#### WHAT YOU HAVE TO DO
The span to repeat in the listing below runs from the line containing "f 201 200 343" to the line containing "f 152 265 326", inclusive. Repeat it exactly, and only it.

#### MATERIAL TO PROCESS

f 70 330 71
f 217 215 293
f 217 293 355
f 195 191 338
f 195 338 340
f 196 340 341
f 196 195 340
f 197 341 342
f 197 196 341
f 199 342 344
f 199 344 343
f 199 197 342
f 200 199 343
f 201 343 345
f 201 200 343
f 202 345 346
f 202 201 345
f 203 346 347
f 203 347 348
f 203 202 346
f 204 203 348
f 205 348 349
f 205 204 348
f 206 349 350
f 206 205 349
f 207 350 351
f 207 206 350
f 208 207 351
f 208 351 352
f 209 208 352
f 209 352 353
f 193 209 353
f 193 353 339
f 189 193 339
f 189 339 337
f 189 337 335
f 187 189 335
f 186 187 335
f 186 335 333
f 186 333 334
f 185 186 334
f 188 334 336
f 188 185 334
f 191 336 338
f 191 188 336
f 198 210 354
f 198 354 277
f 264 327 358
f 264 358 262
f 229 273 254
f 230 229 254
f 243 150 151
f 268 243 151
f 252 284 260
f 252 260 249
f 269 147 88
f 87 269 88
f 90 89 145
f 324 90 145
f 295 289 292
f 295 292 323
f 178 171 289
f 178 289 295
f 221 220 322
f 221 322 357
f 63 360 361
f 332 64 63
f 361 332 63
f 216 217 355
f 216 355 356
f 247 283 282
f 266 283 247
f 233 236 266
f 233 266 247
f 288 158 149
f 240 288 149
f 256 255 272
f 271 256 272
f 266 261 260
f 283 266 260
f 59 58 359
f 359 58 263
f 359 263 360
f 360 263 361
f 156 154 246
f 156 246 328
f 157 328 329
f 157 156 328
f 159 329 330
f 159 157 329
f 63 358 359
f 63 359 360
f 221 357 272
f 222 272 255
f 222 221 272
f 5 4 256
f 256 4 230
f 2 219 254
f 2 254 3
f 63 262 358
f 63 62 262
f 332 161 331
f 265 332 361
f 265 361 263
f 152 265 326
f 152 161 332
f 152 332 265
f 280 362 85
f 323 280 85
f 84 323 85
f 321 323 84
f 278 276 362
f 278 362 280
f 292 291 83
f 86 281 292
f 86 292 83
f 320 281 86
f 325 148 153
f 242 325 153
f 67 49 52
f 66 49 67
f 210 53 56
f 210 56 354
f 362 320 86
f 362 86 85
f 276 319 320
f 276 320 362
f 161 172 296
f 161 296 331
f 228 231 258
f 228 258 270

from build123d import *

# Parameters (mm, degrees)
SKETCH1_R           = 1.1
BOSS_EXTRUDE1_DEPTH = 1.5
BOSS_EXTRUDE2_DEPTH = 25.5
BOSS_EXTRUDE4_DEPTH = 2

#### TASK ANSWER
f 201 200 343
f 202 345 346
f 202 201 345
f 203 346 347
f 203 347 348
f 203 202 346
f 204 203 348
f 205 348 349
f 205 204 348
f 206 349 350
f 206 205 349
f 207 350 351
f 207 206 350
f 208 207 351
f 208 351 352
f 209 208 352
f 209 352 353
f 193 209 353
f 193 353 339
f 189 193 339
f 189 339 337
f 189 337 335
f 187 189 335
f 186 187 335
f 186 335 333
f 186 333 334
f 185 186 334
f 188 334 336
f 188 185 334
f 191 336 338
f 191 188 336
f 198 210 354
f 198 354 277
f 264 327 358
f 264 358 262
f 229 273 254
f 230 229 254
f 243 150 151
f 268 243 151
f 252 284 260
f 252 260 249
f 269 147 88
f 87 269 88
f 90 89 145
f 324 90 145
f 295 289 292
f 295 292 323
f 178 171 289
f 178 289 295
f 221 220 322
f 221 322 357
f 63 360 361
f 332 64 63
f 361 332 63
f 216 217 355
f 216 355 356
f 247 283 282
f 266 283 247
f 233 236 266
f 233 266 247
f 288 158 149
f 240 288 149
f 256 255 272
f 271 256 272
f 266 261 260
f 283 266 260
f 59 58 359
f 359 58 263
f 359 263 360
f 360 263 361
f 156 154 246
f 156 246 328
f 157 328 329
f 157 156 328
f 159 329 330
f 159 157 329
f 63 358 359
f 63 359 360
f 221 357 272
f 222 272 255
f 222 221 272
f 5 4 256
f 256 4 230
f 2 219 254
f 2 254 3
f 63 262 358
f 63 62 262
f 332 161 331
f 265 332 361
f 265 361 263
f 152 265 326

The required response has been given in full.